Two Opposing Philosophies
There are two opposing philosophies for what data to collect:
- Broad collection ("collect everything") — Capture every event, every click, every timing metric. Store it all. Figure out what matters later. The advantage is discovering things you did not know to look for.
- Targeted collection ("collect specific things") — Define specific questions first. Instrument only what answers those questions. The advantage is lower cost, lower risk, and clearer compliance.
Comparing the Approaches
| Aspect | Broad Collection | Targeted Collection |
|---|---|---|
| Data volume | Very high | Low to moderate |
| Storage cost | High and growing | Predictable and manageable |
| Discovering unknowns | Strong — data is already there | Weak — must add new instrumentation |
| Privacy risk | High — you may collect PII without realizing | Low — you know exactly what you have |
| GDPR alignment | Poor — violates data minimization | Good — purpose-limited collection |
| Setup time | Fast initially, hard to query later | Slower initially, easy to query later |
In practice, most teams start broad and narrow over time as they learn what matters. The key constraint is privacy law.

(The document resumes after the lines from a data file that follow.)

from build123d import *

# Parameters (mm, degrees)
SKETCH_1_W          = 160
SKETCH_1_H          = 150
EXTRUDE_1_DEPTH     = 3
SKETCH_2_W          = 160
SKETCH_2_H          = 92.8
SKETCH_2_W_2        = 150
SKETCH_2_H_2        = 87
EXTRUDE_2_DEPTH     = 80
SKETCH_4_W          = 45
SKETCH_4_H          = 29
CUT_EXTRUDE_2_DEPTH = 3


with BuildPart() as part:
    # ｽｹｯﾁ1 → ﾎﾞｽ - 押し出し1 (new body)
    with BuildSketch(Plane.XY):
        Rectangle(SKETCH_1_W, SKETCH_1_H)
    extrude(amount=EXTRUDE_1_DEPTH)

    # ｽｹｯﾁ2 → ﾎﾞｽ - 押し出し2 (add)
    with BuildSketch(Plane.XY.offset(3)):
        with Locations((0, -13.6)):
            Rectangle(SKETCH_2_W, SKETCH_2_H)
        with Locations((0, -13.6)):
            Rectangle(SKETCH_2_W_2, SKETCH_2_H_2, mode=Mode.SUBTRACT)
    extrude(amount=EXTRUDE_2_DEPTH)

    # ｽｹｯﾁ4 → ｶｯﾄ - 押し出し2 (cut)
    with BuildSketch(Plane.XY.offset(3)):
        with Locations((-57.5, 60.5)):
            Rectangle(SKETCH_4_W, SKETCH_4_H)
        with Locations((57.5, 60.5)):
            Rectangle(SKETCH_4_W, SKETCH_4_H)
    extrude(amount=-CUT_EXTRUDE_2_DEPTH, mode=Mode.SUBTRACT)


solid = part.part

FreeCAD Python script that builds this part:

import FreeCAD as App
import Part
import Sketcher
from FreeCAD import Vector

doc = App.newDocument("Part")
body = doc.addObject("PartDesign::Body", "Body")

# Sketch on XY plane
sketch1 = doc.addObject("Sketcher::SketchObject", "Sketch")
body.addObject(sketch1)
sketch1.AttachmentSupport = (doc.XY_Plane, [""])
sketch1.MapMode = "FlatFace"
sketch1.addGeometry([
    Part.LineSegment(Vector(-80, 75, 0), Vector(-80, -75, 0)),
    Part.LineSegment(Vector(-80, -75, 0), Vector(80, -75, 0)),
    Part.LineSegment(Vector(80, -75, 0), Vector(80, 75, 0)),
    Part.LineSegment(Vector(80, 75, 0), Vector(-80, 75, 0)),
], False)
sketch1.addConstraint([
    Sketcher.Constraint("Coincident", 0, 2, 1, 1),
    Sketcher.Constraint("Coincident", 1, 2, 2, 1),
    Sketcher.Constraint("Coincident", 2, 2, 3, 1),
    Sketcher.Constraint("Coincident", 3, 2, 0, 1),
    Sketcher.Constraint("Vertical", 0),
    Sketcher.Constraint("Horizontal", 1),
    Sketcher.Constraint("Vertical", 2),
    Sketcher.Constraint("Horizontal", 3),
    Sketcher.Constraint("Symmetric", 0, 2, 2, 2, -1, 1),
    Sketcher.Constraint("DistanceX", 1, 1, 1, 2, 160.0),
    Sketcher.Constraint("DistanceY", 0, 2, 0, 1, 150.0),
])
pad1 = doc.addObject("PartDesign::Pad", "Pad")
body.addObject(pad1)
pad1.Profile = sketch1
pad1.Length = 3

# Sketch on XY plane
sketch2 = doc.addObject("Sketcher::SketchObject", "Sketch001")
body.addObject(sketch2)
sketch2.AttachmentSupport = (doc.XY_Plane, [""])
sketch2.MapMode = "FlatFace"
sketch2.AttachmentOffset = App.Placement(Vector(0, 0, 3), App.Rotation())
sketch2.addGeometry([
    Part.LineSegment(Vector(-80, 33, 0), Vector(-80, -60, 0)),  # 0
    Part.LineSegment(Vector(-80, -60, 0), Vector(80, -60, 0)),  # 1
    Part.LineSegment(Vector(80, -60, 0), Vector(80, 33, 0)),  # 2
    Part.LineSegment(Vector(80, 33, 0), Vector(-80, 33, 0)),  # 3
    Part.LineSegment(Vector(75, -57, 0), Vector(-75, -57, 0)),  # 4
    Part.LineSegment(Vector(-75, -57, 0), Vector(-75, 30, 0)),  # 5
    Part.LineSegment(Vector(-75, 30, 0), Vector(75, 30, 0)),  # 6
    Part.LineSegment(Vector(75, 30, 0), Vector(75, -57, 0)),  # 7
], False)
sketch2.addConstraint([
    Sketcher.Constraint("Coincident", 0, 2, 1, 1),
    Sketcher.Constraint("Coincident", 1, 2, 2, 1),
    Sketcher.Constraint("Coincident", 2, 2, 3, 1),
    Sketcher.Constraint("Coincident", 3, 2, 0, 1),
    Sketcher.Constraint("Coincident", 4, 2, 5, 1),
    Sketcher.Constraint("Coincident", 5, 2, 6, 1),
    Sketcher.Constraint("Coincident", 6, 2, 7, 1),
    Sketcher.Constraint("Coincident", 7, 2, 4, 1),
    Sketcher.Constraint("Vertical", 0),
    Sketcher.Constraint("Horizontal", 1),
    Sketcher.Constraint("Vertical", 2),
    Sketcher.Constraint("Horizontal", 3),
    Sketcher.Constraint("Horizontal", 4),
    Sketcher.Constraint("Vertical", 5),
    Sketcher.Constraint("Horizontal", 6),
    Sketcher.Constraint("Vertical", 7),
    Sketcher.Constraint("DistanceX", 1, 1, 1, 2, 160.0),
    Sketcher.Constraint("DistanceX", 4, 2, 4, 1, 150.0),
    Sketcher.Constraint("DistanceY", 5, 1, 5, 2, 87.0),
    Sketcher.Constraint("DistanceY", 0, 2, 0, 1, 92.8),
    Sketcher.Constraint("DistanceX", 0, 2, -1, 1, 80.0),
    Sketcher.Constraint("DistanceY", 0, 2, -1, 1, 60.0),
    Sketcher.Constraint("DistanceX", 4, 2, -1, 1, 75.0),
    Sketcher.Constraint("DistanceY", 4, 2, -1, 1, 57.1),
])
pad2 = doc.addObject("PartDesign::Pad", "Pad001")
body.addObject(pad2)
pad2.Profile = sketch2
pad2.Length = 80

# Sketch on XY plane
sketch3 = doc.addObject("Sketcher::SketchObject", "Sketch002")
body.addObject(sketch3)
sketch3.AttachmentSupport = (doc.XY_Plane, [""])
sketch3.MapMode = "FlatFace"
sketch3.AttachmentOffset = App.Placement(Vector(0, 0, 3), App.Rotation())
sketch3.addGeometry([
    Part.LineSegment(Vector(-80, 75, 0), Vector(-80, 46, 0)),  # 0
    Part.LineSegment(Vector(-80, 46, 0), Vector(-35, 46, 0)),  # 1
    Part.LineSegment(Vector(-35, 46, 0), Vector(-35, 75, 0)),  # 2
    Part.LineSegment(Vector(-35, 75, 0), Vector(-80, 75, 0)),  # 3
    Part.LineSegment(Vector(35, 75, 0), Vector(35, 46, 0)),  # 4
    Part.LineSegment(Vector(35, 46, 0), Vector(80, 46, 0)),  # 5
    Part.LineSegment(Vector(80, 46, 0), Vector(80, 75, 0)),  # 6
    Part.LineSegment(Vector(80, 75, 0), Vector(35, 75, 0)),  # 7
], False)
sketch3.addConstraint([
    Sketcher.Constraint("Coincident", 0, 2, 1, 1),
    Sketcher.Constraint("Coincident", 1, 2, 2, 1),
    Sketcher.Constraint("Coincident", 2, 2, 3, 1),
    Sketcher.Constraint("Coincident", 3, 2, 0, 1),
    Sketcher.Constraint("Coincident", 4, 2, 5, 1),
    Sketcher.Constraint("Coincident", 5, 2, 6, 1),
    Sketcher.Constraint("Coincident", 6, 2, 7, 1),
    Sketcher.Constraint("Coincident", 7, 2, 4, 1),
    Sketcher.Constraint("Vertical", 0),
    Sketcher.Constraint("Horizontal", 1),
    Sketcher.Constraint("Vertical", 2),
    Sketcher.Constraint("Horizontal", 3),
    Sketcher.Constraint("Vertical", 4),
    Sketcher.Constraint("Horizontal", 5),
    Sketcher.Constraint("Vertical", 6),
    Sketcher.Constraint("Horizontal", 7),
    Sketcher.Constraint("Symmetric", 1, 2, 4, 2, -2),
    Sketcher.Constraint("Symmetric", 3, 2, 6, 2, -2),
    Sketcher.Constraint("DistanceX", 1, 1, 1, 2, 45.0),
    Sketcher.Constraint("DistanceY", 0, 2, 0, 1, 29.0),
    Sketcher.Constraint("DistanceX", 0, 2, -1, 1, 80.0),
    Sketcher.Constraint("DistanceY", -1, 1, 0, 2, 46.0),
])
pocket1 = doc.addObject("PartDesign::Pocket", "Pocket")
body.addObject(pocket1)
pocket1.Profile = sketch3
pocket1.Length = 3

doc.recompute()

Data Minimization and Data Smog
GDPR's data minimization principle says you should only collect data you have a specific purpose for. "We might need it someday" is not a purpose. Before collecting any user data, define why you need it, how long you will keep it, and who will access it. This applies whether you build first-party or use third-party analytics.
Information hoarding is a serious privacy risk, and it is better to collect as little as possible until you know what you need. A breach could result in a data leak that could be very damaging to your business. Furthermore, too much data can create a form of data smog that may actually obfuscate rather than illuminate.